§ **What you have to do**: Where the records hold the string "align", show the whole line it sits on.

*** Opening Data excerpts ***

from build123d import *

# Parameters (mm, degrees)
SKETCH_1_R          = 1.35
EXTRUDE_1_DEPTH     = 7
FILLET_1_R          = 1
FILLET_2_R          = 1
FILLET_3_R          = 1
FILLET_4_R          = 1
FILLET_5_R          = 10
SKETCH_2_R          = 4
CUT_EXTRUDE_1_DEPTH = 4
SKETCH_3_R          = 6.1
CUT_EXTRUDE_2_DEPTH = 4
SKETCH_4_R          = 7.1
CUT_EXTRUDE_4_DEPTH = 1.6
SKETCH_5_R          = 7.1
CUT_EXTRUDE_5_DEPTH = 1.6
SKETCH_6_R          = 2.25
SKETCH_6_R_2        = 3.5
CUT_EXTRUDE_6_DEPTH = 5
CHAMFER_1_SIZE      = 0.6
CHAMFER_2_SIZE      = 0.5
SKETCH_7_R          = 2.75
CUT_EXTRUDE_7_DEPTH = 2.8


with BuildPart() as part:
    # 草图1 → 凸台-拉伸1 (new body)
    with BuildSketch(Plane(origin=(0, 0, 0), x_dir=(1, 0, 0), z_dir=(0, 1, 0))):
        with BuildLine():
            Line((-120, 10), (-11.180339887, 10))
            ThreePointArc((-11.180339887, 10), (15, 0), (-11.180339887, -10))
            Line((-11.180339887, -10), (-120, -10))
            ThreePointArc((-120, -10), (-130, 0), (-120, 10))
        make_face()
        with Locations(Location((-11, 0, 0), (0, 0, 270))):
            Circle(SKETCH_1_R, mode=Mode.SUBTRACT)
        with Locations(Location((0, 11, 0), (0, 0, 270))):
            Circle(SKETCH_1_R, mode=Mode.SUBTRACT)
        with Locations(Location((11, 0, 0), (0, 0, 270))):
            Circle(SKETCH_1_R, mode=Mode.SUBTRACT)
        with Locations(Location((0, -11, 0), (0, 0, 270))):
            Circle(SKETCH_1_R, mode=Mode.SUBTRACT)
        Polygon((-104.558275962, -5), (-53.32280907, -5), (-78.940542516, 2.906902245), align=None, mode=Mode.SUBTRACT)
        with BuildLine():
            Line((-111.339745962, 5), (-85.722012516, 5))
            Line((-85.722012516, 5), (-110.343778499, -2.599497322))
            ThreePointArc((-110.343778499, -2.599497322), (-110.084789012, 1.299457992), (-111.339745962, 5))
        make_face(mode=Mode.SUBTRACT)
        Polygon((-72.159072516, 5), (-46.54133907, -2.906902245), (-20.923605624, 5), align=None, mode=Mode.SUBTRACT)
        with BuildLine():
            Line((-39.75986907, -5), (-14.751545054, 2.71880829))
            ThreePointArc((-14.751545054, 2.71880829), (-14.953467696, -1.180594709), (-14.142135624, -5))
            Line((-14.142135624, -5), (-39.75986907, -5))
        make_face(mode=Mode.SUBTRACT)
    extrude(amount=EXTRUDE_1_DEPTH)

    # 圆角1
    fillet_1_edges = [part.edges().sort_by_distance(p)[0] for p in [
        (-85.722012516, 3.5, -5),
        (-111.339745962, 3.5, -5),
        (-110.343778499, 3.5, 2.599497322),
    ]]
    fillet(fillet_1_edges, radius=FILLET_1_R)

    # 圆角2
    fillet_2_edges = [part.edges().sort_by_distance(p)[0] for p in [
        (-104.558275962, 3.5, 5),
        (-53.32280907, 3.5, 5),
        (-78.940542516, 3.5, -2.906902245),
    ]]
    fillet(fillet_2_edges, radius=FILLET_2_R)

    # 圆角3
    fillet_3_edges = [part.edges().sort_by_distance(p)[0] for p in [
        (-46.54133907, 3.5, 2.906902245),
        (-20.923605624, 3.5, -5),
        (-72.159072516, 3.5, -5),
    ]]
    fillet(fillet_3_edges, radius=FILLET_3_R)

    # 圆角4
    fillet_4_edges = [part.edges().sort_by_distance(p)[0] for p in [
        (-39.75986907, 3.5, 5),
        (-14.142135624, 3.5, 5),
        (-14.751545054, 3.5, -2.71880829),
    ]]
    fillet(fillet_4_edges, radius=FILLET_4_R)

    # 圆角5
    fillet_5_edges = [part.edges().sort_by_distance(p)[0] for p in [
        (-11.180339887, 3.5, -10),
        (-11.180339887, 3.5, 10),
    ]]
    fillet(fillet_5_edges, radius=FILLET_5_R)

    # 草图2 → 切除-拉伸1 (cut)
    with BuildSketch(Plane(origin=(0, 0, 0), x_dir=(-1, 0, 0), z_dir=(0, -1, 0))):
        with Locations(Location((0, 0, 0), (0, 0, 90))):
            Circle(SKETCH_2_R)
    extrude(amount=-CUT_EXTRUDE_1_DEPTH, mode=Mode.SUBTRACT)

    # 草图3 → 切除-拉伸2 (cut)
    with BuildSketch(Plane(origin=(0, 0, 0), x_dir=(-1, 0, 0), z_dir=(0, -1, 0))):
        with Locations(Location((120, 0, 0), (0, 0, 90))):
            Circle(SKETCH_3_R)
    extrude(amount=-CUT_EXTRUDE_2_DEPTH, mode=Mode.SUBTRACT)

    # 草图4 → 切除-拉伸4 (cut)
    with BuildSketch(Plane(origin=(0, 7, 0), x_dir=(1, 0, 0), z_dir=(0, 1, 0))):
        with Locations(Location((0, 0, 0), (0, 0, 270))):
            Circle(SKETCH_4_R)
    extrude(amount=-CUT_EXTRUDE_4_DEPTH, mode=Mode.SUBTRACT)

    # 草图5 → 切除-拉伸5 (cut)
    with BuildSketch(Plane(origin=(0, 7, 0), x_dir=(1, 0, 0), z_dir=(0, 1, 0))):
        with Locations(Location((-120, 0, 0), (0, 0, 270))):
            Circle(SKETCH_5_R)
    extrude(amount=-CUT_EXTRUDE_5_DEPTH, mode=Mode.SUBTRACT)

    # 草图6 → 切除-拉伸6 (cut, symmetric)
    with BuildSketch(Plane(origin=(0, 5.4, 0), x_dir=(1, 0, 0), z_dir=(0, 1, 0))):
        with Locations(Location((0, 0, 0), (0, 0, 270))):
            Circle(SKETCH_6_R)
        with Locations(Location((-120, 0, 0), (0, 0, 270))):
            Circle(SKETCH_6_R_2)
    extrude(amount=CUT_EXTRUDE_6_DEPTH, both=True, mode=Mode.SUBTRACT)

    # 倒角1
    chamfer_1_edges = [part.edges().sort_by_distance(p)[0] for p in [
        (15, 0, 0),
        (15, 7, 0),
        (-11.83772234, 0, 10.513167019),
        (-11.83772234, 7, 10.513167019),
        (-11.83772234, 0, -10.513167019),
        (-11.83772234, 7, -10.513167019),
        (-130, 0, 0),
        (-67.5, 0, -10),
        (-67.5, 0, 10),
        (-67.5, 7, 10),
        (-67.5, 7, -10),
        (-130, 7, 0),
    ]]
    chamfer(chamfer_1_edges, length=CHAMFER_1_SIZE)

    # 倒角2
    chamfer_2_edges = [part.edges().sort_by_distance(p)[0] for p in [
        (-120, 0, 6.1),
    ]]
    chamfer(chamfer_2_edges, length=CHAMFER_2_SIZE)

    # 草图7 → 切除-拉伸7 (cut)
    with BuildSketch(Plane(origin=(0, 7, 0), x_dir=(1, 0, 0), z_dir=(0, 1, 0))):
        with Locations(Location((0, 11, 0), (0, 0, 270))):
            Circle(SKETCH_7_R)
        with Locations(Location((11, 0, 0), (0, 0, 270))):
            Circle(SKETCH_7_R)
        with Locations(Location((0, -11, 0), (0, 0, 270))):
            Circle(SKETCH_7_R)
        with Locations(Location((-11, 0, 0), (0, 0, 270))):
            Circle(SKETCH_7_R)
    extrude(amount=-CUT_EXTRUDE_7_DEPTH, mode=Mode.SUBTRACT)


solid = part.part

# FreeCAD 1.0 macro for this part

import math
import FreeCAD as App
import Part
import Sketcher


def edges_at(feature, points):
    """Names of the edges that pass closest to the given points."""
    edges = feature.Shape.Edges
    near = lambda p: min(range(len(edges)), key=lambda i: edges[i].distToShape(Part.Vertex(*p))[0])
    return sorted({f"Edge{near(p) + 1}" for p in points})

doc = App.newDocument("Part")
body = doc.addObject("PartDesign::Body", "Body")

# Sketch on XZ plane
sketch1 = body.newObject("Sketcher::SketchObject", "Sketch")
sketch1.AttachmentSupport = (doc.getObject("XZ_Plane"), [""])
sketch1.MapMode = "FlatFace"
sketch1.addGeometry([
    Part.LineSegment(App.Vector(-11.18034, -10, 0), App.Vector(-120, -10, 0)),  # 0
    Part.ArcOfCircle(Part.Circle(App.Vector(-120, 0, 0), App.Vector(0, 0, 1), 10), math.radians(90), math.radians(270)),  # 1
    Part.LineSegment(App.Vector(-120, 10, 0), App.Vector(-11.18034, 10, 0)),  # 2
    Part.ArcOfCircle(Part.Circle(App.Vector(0, 0, 0), App.Vector(0, 0, 1), 15), math.radians(-138.189685), math.radians(138.189685)),  # 3
    Part.Circle(App.Vector(0, 11, 0), App.Vector(0, 0, 1), 1.35),  # 4
    Part.LineSegment(App.Vector(-39.759869, 5, 0), App.Vector(-14.751545, -2.718808, 0)),  # 5
    Part.ArcOfCircle(Part.Circle(App.Vector(0, 0, 0), App.Vector(0, 0, 1), 15), math.radians(160.528779), math.radians(190.442804)),  # 6
    Part.LineSegment(App.Vector(-14.142136, 5, 0), App.Vector(-39.759869, 5, 0)),  # 7
    Part.LineSegment(App.Vector(-104.558276, 5, 0), App.Vector(-78.940543, -2.906902, 0)),  # 8
    Part.LineSegment(App.Vector(-78.940543, -2.906902, 0), App.Vector(-53.322809, 5, 0)),  # 9
    Part.LineSegment(App.Vector(-53.322809, 5, 0), App.Vector(-104.558276, 5, 0)),  # 10
    Part.Circle(App.Vector(11, 0, 0), App.Vector(0, 0, 1), 1.35),  # 11
    Part.Circle(App.Vector(-11, 0, 0), App.Vector(0, 0, 1), 1.35),  # 12
    Part.LineSegment(App.Vector(-72.159073, -5, 0), App.Vector(-20.923606, -5, 0)),  # 13
    Part.LineSegment(App.Vector(-20.923606, -5, 0), App.Vector(-46.541339, 2.906902, 0)),  # 14
    Part.LineSegment(App.Vector(-46.541339, 2.906902, 0), App.Vector(-72.159073, -5, 0)),  # 15
    Part.Circle(App.Vector(0, -11, 0), App.Vector(0, 0, 1), 1.35),  # 16
    Part.LineSegment(App.Vector(-111.339746, -5, 0), App.Vector(-85.722013, -5, 0)),  # 17
    Part.LineSegment(App.Vector(-85.722013, -5, 0), App.Vector(-110.343778, 2.599497, 0)),  # 18
    Part.ArcOfCircle(Part.Circle(App.Vector(-120, 0, 0), App.Vector(0, 0, 1), 10), math.radians(-30), math.radians(15.067079)),  # 19
], False)
sketch1.addConstraint([
    Sketcher.Constraint("Tangent", 0, 2, 1, 2),
    Sketcher.Constraint("Tangent", 1, 1, 2, 1),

*** Closing Data excerpts ***

§ **Final answer**:
        Polygon((-104.558275962, -5), (-53.32280907, -5), (-78.940542516, 2.906902245), align=None, mode=Mode.SUBTRACT)
        Polygon((-72.159072516, 5), (-46.54133907, -2.906902245), (-20.923605624, 5), align=None, mode=Mode.SUBTRACT)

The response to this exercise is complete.